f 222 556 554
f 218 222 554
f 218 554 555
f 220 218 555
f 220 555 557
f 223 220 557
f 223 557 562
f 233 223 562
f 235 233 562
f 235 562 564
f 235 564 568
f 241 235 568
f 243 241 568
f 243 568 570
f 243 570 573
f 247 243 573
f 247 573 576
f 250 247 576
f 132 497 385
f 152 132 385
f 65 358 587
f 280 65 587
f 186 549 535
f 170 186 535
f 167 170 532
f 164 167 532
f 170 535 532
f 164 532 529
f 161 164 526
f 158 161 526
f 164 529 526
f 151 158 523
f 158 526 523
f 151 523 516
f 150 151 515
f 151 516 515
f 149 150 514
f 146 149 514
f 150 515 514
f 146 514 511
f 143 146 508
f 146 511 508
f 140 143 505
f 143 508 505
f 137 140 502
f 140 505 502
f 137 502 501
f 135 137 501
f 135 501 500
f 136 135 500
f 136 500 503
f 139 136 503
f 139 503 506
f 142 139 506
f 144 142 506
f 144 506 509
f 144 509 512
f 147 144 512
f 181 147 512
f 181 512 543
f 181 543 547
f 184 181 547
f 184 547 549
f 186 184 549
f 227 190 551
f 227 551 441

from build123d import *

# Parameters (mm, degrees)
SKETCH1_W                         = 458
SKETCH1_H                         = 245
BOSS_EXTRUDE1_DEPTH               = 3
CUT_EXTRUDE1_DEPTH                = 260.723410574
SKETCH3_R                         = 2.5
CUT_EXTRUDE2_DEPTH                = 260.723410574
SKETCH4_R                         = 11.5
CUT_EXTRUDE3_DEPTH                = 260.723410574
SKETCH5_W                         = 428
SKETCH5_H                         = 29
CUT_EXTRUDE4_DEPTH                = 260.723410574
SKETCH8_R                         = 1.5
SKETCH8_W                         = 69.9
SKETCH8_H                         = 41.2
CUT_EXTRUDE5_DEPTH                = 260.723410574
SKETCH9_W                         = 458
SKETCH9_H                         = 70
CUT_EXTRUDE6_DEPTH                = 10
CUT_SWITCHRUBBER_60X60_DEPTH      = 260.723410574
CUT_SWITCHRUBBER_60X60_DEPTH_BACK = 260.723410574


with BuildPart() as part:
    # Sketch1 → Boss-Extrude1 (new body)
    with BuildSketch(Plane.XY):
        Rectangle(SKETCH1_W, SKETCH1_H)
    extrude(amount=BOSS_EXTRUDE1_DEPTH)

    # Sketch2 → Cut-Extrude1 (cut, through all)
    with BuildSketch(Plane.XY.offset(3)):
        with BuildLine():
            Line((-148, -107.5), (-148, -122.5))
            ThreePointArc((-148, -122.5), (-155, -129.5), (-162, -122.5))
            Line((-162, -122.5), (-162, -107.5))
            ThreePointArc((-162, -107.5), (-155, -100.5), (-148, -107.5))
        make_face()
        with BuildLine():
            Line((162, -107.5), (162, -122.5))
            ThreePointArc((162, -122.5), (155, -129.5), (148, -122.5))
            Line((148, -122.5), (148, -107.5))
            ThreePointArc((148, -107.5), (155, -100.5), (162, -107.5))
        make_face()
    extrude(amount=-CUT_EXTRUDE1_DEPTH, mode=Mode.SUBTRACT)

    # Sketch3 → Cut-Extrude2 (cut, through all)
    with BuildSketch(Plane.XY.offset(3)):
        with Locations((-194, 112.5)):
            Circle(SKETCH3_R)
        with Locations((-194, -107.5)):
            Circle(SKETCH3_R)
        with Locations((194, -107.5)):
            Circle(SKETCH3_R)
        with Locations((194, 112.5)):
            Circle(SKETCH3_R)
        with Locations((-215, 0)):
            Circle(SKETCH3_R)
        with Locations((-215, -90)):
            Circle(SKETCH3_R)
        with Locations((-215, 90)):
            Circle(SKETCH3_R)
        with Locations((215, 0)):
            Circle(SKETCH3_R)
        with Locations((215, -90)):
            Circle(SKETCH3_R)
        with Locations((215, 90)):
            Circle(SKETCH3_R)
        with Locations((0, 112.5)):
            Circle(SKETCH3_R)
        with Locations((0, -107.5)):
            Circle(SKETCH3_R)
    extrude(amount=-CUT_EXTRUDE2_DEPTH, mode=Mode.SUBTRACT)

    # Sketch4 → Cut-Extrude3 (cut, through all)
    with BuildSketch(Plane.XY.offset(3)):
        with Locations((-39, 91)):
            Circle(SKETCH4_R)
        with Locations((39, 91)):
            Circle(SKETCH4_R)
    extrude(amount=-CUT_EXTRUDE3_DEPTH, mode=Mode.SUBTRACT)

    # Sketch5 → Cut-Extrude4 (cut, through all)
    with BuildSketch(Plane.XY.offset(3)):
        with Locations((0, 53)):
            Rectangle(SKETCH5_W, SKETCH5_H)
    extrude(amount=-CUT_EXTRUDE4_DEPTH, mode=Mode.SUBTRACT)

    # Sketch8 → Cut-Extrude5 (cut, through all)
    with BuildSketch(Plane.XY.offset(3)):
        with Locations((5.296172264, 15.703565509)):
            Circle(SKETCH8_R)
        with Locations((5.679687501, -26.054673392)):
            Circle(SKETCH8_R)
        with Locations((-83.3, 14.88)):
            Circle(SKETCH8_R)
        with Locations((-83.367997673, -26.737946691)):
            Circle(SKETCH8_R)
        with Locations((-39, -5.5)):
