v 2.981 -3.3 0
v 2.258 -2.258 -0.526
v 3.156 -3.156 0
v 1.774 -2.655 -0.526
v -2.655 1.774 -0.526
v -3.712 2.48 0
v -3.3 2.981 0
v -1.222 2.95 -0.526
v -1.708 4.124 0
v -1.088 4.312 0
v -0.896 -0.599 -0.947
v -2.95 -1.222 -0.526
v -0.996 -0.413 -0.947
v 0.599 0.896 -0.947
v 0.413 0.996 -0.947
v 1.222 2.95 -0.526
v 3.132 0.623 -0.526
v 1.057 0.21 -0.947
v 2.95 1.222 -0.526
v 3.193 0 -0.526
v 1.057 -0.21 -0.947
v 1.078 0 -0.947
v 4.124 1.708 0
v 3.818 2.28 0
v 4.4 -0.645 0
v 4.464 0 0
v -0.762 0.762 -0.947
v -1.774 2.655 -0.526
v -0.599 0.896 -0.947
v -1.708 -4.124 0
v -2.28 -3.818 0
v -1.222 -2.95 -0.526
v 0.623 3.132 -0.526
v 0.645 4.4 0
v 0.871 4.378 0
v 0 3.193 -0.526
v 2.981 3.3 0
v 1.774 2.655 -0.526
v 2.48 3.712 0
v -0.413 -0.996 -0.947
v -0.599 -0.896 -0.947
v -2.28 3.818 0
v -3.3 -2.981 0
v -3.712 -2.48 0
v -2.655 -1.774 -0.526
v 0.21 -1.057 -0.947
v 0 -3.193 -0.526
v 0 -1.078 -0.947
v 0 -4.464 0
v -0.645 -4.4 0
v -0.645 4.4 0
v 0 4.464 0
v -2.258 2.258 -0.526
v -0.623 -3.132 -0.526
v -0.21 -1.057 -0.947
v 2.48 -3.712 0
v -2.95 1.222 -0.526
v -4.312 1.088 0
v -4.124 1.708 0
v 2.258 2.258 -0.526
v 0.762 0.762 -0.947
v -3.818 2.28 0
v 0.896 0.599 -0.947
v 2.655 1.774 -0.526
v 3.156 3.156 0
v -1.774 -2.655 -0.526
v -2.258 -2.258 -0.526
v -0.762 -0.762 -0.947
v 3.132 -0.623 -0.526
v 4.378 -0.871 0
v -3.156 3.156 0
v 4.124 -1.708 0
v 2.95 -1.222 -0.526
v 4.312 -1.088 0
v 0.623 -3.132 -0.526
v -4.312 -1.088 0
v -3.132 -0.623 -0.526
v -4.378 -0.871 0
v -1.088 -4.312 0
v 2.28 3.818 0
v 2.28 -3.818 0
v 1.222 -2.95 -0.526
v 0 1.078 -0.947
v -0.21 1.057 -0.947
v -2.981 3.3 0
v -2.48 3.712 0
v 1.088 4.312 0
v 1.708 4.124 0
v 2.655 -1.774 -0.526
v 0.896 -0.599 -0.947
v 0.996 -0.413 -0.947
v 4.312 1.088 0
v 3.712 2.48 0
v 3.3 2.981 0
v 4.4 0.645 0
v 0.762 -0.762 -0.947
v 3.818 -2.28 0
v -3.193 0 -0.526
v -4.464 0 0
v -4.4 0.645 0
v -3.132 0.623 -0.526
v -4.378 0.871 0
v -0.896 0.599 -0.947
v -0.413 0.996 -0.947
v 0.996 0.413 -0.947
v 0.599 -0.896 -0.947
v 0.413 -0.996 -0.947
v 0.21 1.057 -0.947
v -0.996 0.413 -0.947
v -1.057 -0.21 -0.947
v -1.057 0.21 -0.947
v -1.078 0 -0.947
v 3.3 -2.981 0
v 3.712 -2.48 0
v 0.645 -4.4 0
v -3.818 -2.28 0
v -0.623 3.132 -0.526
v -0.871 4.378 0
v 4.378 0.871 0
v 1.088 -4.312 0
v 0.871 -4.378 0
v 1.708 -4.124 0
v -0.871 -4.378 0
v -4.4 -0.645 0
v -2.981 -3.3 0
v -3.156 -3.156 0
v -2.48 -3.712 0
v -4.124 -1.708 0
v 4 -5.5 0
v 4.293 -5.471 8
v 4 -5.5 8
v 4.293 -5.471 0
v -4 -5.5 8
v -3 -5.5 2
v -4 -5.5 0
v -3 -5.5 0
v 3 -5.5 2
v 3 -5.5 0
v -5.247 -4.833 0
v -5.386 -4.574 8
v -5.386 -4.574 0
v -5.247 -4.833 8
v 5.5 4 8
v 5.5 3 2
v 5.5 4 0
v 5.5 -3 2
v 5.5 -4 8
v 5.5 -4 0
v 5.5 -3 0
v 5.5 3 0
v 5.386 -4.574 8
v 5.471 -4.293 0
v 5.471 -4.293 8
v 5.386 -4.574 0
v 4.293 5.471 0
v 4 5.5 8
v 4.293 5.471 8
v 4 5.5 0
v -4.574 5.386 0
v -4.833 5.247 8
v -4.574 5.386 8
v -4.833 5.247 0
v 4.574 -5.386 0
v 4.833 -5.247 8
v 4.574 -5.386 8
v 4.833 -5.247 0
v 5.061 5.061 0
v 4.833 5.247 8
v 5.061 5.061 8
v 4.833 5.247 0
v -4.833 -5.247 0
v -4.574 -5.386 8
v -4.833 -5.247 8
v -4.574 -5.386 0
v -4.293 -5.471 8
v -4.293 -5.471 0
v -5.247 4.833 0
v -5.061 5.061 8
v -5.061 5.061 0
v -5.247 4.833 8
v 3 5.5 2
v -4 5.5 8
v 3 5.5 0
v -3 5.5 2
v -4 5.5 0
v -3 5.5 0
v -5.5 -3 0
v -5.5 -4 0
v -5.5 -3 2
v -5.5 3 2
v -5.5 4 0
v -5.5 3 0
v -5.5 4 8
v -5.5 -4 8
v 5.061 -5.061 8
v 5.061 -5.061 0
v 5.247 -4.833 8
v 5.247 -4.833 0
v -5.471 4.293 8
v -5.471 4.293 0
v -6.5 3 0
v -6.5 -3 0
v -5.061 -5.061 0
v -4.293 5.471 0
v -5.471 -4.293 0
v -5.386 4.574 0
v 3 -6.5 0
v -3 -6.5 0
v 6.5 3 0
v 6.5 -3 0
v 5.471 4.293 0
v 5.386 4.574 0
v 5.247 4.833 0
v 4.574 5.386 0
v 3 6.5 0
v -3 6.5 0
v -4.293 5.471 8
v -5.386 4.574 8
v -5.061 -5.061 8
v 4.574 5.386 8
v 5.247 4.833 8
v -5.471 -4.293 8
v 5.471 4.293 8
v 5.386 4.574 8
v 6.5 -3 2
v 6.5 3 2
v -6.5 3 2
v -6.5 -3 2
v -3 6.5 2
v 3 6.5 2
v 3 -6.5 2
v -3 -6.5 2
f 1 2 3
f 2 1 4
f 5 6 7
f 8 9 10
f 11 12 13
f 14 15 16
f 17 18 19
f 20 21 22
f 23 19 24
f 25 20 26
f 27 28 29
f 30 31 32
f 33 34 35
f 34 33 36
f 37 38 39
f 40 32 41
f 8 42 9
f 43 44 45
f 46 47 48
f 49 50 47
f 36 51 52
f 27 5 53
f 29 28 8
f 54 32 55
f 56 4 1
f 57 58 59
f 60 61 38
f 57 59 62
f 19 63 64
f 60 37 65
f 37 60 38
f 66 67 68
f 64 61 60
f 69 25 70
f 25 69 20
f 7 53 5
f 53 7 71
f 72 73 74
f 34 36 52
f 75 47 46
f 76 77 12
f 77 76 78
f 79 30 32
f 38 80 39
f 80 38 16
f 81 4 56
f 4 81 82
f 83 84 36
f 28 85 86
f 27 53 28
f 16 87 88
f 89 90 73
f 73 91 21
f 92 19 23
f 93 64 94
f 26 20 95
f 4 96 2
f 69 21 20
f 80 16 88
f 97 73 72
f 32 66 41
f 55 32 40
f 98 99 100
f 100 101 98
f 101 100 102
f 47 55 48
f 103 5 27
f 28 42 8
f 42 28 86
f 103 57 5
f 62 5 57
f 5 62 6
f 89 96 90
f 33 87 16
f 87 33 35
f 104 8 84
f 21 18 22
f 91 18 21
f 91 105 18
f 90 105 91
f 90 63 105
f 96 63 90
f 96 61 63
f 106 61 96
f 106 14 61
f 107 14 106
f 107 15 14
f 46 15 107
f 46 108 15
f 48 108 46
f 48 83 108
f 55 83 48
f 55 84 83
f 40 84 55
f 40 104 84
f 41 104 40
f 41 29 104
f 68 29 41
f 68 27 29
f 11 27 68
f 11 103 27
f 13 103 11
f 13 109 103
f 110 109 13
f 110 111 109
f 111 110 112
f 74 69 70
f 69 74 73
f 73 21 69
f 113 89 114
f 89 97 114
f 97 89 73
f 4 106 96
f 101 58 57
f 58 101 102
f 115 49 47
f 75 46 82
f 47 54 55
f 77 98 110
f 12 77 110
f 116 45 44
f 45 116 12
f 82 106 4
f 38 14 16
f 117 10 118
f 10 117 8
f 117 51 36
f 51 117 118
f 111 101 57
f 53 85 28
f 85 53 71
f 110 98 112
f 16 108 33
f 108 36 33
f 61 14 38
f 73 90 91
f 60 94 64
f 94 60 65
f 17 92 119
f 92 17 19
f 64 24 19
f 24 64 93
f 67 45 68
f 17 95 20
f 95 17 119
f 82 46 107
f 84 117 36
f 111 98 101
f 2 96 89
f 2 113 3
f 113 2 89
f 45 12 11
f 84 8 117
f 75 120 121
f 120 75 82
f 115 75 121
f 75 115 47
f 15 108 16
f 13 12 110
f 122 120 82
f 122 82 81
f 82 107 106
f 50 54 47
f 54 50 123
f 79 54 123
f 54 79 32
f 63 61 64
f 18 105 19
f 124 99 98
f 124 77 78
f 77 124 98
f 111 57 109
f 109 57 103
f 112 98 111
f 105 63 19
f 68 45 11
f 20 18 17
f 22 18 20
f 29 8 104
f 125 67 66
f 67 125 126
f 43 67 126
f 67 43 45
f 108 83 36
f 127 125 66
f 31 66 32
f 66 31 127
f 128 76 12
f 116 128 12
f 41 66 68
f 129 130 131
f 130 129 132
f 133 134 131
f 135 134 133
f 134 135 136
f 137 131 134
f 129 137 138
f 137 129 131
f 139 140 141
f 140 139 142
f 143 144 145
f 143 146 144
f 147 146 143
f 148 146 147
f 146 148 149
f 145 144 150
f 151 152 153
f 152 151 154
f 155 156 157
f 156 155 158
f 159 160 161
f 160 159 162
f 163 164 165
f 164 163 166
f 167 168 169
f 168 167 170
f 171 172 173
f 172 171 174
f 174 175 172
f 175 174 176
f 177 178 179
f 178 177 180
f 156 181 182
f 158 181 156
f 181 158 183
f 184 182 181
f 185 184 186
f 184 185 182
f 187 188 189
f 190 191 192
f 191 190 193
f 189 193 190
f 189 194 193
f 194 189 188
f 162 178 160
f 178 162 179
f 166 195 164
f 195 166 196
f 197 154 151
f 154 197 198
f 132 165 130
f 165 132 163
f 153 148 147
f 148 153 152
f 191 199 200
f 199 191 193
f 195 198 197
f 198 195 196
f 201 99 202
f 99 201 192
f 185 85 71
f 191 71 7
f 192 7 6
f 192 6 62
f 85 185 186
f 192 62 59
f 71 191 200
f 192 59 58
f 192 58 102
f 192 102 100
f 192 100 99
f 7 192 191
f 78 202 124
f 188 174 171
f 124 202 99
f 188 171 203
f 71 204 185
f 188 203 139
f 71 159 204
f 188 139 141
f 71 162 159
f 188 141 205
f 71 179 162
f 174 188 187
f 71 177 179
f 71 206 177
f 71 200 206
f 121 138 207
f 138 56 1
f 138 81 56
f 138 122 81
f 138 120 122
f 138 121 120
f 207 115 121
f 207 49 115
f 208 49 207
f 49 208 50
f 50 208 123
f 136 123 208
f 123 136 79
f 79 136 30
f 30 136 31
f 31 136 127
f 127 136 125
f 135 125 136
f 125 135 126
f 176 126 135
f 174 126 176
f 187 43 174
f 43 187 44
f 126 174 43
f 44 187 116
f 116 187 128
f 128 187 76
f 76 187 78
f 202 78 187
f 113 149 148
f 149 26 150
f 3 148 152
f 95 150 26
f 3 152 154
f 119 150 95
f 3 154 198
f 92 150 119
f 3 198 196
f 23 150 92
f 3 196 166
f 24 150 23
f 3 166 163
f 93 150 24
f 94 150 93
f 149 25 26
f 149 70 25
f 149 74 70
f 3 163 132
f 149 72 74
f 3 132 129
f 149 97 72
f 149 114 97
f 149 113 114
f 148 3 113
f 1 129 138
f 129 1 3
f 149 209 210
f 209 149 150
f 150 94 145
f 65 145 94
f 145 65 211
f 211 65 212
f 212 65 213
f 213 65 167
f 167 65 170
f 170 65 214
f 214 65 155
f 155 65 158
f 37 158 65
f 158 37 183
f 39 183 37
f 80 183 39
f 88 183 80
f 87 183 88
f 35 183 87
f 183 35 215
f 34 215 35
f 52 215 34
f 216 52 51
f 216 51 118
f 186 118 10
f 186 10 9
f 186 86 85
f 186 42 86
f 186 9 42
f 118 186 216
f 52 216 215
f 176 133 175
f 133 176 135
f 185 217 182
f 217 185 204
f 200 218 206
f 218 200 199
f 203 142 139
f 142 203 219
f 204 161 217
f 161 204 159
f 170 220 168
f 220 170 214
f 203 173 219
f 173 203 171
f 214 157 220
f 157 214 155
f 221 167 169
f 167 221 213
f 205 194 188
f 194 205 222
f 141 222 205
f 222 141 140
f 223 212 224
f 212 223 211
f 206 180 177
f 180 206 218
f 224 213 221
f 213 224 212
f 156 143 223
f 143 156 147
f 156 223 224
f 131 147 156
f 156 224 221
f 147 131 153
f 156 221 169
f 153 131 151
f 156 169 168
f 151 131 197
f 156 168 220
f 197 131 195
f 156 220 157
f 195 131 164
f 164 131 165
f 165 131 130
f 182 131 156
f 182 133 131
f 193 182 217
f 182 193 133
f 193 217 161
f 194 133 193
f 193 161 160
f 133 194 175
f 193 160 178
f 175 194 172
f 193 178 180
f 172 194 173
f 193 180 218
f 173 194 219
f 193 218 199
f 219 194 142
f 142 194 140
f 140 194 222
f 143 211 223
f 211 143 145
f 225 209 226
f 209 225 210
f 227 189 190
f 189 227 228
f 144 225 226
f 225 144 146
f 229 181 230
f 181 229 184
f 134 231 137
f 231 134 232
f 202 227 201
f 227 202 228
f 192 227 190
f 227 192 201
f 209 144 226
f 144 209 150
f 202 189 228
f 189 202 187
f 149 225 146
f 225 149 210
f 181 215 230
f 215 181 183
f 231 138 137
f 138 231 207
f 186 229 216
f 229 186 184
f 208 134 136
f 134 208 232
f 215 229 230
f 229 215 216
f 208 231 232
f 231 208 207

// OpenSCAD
res = 32;

module button() {
    union() {
        hull() {
            for(x=[-1, 1]) {
                for(y=[-1, 1]) {
                    translate([4*x, 4*y, 0]) cylinder(d=3, h=8, $fn=res);
                }
            }
        }
        translate([0, 0, 1]) cube([13, 6, 2], center=true);
        translate([0, 0, 1]) cube([6, 13, 2], center=true);
        difference() {
            translate([0, 0, 10]) sphere(d=22, $fn=res);
            for(i=[-1, 1]) {
                translate([i*10, 0, 5]) cube([10, 20, 10], center=true);
                translate([0, i*10, 5]) cube([20, 10, 10], center=true);
            }
            translate([0, 0, 15]) cube([30, 30, 20], center=true);
        }
    }
}

module button_base() {
    difference() {
        union() {
            translate([0, 0, 1]) cube([80, 78, 2], center=true);
            for(i=[-1, 1]) {
                for(j=[-1, 1]) {
                    translate([i*31, j*35.5, 0]) cylinder(d=13, h=13.7, $fn=res);
                }
                translate([0, 0, 2+3]) rotate([0, 0, i*49]) cube([84, 6, 6], center=true);
                translate([i*31, 0, 2+3]) cube([6, 60, 6], center=true);
                translate([0, i*35.5, 2+3]) cube([51, 6, 6], center=true);
            }
        }
        for(i=[-1, 1]) {
            for(j=[-1, 1]) {
                translate([i*31, j*35.5, -1]) cylinder(d=3.5, h=17, $fn=res);
                translate([i*31, j*35.5, 11.2]) cylinder(d=6.7, h=5, $fn=6);
            }
        }
        translate([0, -42, 0]) cube([100, 5, 50], center=true);
    }
}

module case() {
    union() {
        difference() {
            union() {
                for(x=[-1, 1]) for(y=[-1, 1]) {
                   translate([x*(88-13)/2, y*(182-13)/2, 3]) {
                        difference() {
                            cylinder(d=10, h=34, $fn=res);  
                            translate([x*-5, 0, 40]) rotate([0, 45, 0]) cube([20, 20, 20], center=true);
                            translate([0, 0, 25]) cylinder(d=6.7, h=20, $fn=6);
                        }
                   }
                   translate([x*31, -48+y*35.5, 57-(3.35+3)]) cylinder(d=7, h=3.35, $fn=res);
               }
            }
            for(x=[-1, 1]) for(y=[-1, 1]) {
                translate([x*(88-13)/2, y*(182-13)/2, 1]) cylinder(d=3.5, h=55, $fn=res);
                translate([x*31, -48+y*35.5, 57-24]) cylinder(d=3.5, h=26, $fn=res);
                translate([x*31, -48+y*35.5, 57-3.3]) cylinder(d=5.8, h=5, $fn=res);
            }
        }
        difference() {
            translate([0, 0, 57/2]) render(convexity=2) hull() { for(x=[-1, 1]) for(y=[-1, 1]) for(z=[-1, 1]) translate([x*(88-10)/2, y*(182-10)/2, z*(57-10)/2]) sphere(d=10, $fn=res); }
            //translate([0, 0, 57/2]) cube([88, 182, 57], center=true);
★ ★ ★
_TO DO_.
What you give back must be the stretch above, starting at the line with "f 218 200 199" and ending at the line with "f 175 194 172", copied exactly.

_ANSWER TO THIS PROBLEM_.
f 218 200 199
f 203 142 139
f 142 203 219
f 204 161 217
f 161 204 159
f 170 220 168
f 220 170 214
f 203 173 219
f 173 203 171
f 214 157 220
f 157 214 155
f 221 167 169
f 167 221 213
f 205 194 188
f 194 205 222
f 141 222 205
f 222 141 140
f 223 212 224
f 212 223 211
f 206 180 177
f 180 206 218
f 224 213 221
f 213 224 212
f 156 143 223
f 143 156 147
f 156 223 224
f 131 147 156
f 156 224 221
f 147 131 153
f 156 221 169
f 153 131 151
f 156 169 168
f 151 131 197
f 156 168 220
f 197 131 195
f 156 220 157
f 195 131 164
f 164 131 165
f 165 131 130
f 182 131 156
f 182 133 131
f 193 182 217
f 182 193 133
f 193 217 161
f 194 133 193
f 193 161 160
f 133 194 175
f 193 160 178
f 175 194 172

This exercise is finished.